Instructions to follow: Begin at the line containing "#83=ADVANCED_FACE('',(#72,#81),#82,.F.);" in the data below and go on through the line containing "with BuildPart() as", repeating each line exactly; include both ends and no other line.

Dataset entries:
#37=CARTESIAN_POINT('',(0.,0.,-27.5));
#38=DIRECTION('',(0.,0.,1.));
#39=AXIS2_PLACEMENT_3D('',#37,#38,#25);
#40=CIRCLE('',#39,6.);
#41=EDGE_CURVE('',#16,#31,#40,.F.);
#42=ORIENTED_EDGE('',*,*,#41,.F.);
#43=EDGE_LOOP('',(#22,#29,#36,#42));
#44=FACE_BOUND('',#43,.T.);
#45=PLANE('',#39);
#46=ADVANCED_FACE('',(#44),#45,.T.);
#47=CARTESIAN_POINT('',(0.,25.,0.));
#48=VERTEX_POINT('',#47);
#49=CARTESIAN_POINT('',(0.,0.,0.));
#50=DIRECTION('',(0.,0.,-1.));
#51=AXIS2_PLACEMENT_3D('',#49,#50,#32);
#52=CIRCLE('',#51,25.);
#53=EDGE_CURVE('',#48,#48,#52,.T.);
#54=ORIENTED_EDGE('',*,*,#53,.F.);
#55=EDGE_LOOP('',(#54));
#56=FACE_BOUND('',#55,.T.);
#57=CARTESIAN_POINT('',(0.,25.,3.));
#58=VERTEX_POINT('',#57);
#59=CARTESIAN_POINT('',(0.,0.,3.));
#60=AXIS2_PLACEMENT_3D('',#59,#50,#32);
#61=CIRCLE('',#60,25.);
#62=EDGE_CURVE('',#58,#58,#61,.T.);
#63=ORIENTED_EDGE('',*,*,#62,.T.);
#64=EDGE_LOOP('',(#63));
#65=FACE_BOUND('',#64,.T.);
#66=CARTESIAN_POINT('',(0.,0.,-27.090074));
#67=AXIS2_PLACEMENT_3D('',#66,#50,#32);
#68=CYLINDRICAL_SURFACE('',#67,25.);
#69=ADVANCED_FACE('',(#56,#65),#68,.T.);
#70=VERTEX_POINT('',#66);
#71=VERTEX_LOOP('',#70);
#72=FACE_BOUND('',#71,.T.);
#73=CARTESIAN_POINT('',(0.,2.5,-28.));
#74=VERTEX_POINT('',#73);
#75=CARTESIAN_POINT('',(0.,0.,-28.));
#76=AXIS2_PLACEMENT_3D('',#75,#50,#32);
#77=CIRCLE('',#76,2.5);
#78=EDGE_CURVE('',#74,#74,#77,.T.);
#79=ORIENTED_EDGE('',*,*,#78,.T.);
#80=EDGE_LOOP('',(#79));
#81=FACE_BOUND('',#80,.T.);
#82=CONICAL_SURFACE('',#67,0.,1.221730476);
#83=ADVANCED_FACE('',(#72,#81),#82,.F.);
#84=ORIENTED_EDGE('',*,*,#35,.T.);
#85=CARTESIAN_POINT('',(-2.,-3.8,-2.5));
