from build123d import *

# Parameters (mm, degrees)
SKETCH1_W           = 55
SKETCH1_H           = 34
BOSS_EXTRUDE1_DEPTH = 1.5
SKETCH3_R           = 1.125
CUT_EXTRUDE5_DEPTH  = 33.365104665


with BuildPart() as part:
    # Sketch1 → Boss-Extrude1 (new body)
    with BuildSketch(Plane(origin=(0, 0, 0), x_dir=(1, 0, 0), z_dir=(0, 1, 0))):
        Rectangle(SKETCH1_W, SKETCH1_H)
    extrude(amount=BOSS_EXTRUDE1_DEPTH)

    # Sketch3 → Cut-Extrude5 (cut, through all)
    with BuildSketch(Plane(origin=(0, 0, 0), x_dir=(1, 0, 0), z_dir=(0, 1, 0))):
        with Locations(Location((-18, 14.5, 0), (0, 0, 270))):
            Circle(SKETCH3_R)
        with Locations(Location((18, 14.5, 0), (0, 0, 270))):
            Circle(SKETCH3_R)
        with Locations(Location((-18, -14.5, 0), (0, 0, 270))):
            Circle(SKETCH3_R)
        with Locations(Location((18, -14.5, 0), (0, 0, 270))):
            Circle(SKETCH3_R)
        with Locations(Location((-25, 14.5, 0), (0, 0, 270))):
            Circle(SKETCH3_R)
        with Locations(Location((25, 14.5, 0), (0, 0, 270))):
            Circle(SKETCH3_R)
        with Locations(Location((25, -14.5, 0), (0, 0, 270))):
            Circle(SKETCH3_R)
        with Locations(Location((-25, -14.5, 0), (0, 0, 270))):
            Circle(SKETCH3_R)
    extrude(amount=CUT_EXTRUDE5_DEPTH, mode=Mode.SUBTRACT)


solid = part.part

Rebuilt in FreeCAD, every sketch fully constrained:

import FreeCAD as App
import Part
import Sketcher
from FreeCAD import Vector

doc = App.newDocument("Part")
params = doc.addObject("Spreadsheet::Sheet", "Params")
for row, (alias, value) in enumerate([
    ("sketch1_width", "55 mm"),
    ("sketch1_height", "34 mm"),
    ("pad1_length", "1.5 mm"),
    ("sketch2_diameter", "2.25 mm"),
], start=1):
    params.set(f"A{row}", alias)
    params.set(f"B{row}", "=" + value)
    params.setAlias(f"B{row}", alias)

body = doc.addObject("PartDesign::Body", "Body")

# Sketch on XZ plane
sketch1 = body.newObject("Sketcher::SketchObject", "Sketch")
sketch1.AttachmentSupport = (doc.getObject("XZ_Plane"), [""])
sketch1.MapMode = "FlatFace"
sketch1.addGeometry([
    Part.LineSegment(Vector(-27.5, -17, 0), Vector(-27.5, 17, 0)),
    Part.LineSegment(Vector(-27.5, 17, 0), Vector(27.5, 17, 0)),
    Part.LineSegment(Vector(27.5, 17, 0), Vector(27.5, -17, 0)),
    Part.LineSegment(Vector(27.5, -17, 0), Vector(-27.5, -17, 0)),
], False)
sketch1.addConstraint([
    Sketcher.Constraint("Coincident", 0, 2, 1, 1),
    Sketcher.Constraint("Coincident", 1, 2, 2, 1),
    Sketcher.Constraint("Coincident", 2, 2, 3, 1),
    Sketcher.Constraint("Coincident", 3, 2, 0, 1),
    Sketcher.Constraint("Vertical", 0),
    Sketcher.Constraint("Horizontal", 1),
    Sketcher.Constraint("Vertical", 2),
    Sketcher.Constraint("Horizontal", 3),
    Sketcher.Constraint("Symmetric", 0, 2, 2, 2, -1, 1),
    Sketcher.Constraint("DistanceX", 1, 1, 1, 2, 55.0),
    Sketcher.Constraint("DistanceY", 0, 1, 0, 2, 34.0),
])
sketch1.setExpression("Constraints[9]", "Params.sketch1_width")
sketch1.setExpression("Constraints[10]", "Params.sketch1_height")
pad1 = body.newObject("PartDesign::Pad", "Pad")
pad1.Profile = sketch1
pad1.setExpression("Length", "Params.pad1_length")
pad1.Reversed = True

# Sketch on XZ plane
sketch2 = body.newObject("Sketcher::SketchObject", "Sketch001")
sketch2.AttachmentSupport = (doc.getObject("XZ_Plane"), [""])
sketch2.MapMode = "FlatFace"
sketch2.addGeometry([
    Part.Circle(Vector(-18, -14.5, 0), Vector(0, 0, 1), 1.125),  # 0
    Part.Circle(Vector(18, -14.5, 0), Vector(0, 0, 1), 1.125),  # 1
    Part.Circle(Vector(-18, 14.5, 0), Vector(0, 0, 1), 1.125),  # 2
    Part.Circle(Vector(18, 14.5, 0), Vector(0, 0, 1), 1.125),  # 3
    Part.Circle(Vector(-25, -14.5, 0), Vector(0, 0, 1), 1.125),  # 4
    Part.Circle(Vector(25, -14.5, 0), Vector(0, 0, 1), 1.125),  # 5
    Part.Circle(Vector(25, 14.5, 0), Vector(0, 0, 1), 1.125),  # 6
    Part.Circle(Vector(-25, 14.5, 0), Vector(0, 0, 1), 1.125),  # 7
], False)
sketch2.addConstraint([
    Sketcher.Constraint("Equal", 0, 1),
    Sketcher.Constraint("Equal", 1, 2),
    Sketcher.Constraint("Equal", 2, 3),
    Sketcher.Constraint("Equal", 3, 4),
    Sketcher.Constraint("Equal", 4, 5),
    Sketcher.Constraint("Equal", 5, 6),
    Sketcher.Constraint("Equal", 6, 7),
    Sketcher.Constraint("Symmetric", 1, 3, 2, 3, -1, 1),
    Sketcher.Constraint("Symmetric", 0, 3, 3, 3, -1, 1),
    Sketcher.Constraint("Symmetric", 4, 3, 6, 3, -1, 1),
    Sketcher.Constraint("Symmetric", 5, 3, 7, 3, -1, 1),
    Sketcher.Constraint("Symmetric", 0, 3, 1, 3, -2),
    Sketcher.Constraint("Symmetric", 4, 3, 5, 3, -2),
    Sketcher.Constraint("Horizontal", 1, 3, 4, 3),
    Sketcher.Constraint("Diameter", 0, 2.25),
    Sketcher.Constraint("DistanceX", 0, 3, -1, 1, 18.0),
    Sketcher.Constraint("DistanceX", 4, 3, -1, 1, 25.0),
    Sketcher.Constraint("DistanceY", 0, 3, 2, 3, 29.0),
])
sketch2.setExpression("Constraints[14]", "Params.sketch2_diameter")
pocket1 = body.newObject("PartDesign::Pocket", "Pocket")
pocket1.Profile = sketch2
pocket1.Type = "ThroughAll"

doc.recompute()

Result:
#83=ADVANCED_FACE('',(#72,#81),#82,.F.);
#84=ORIENTED_EDGE('',*,*,#35,.T.);
#85=CARTESIAN_POINT('',(-2.,-3.8,-2.5));
from build123d import *

# Parameters (mm, degrees)
SKETCH1_W           = 55
SKETCH1_H           = 34
BOSS_EXTRUDE1_DEPTH = 1.5
SKETCH3_R           = 1.125
CUT_EXTRUDE5_DEPTH  = 33.365104665


with BuildPart() as part:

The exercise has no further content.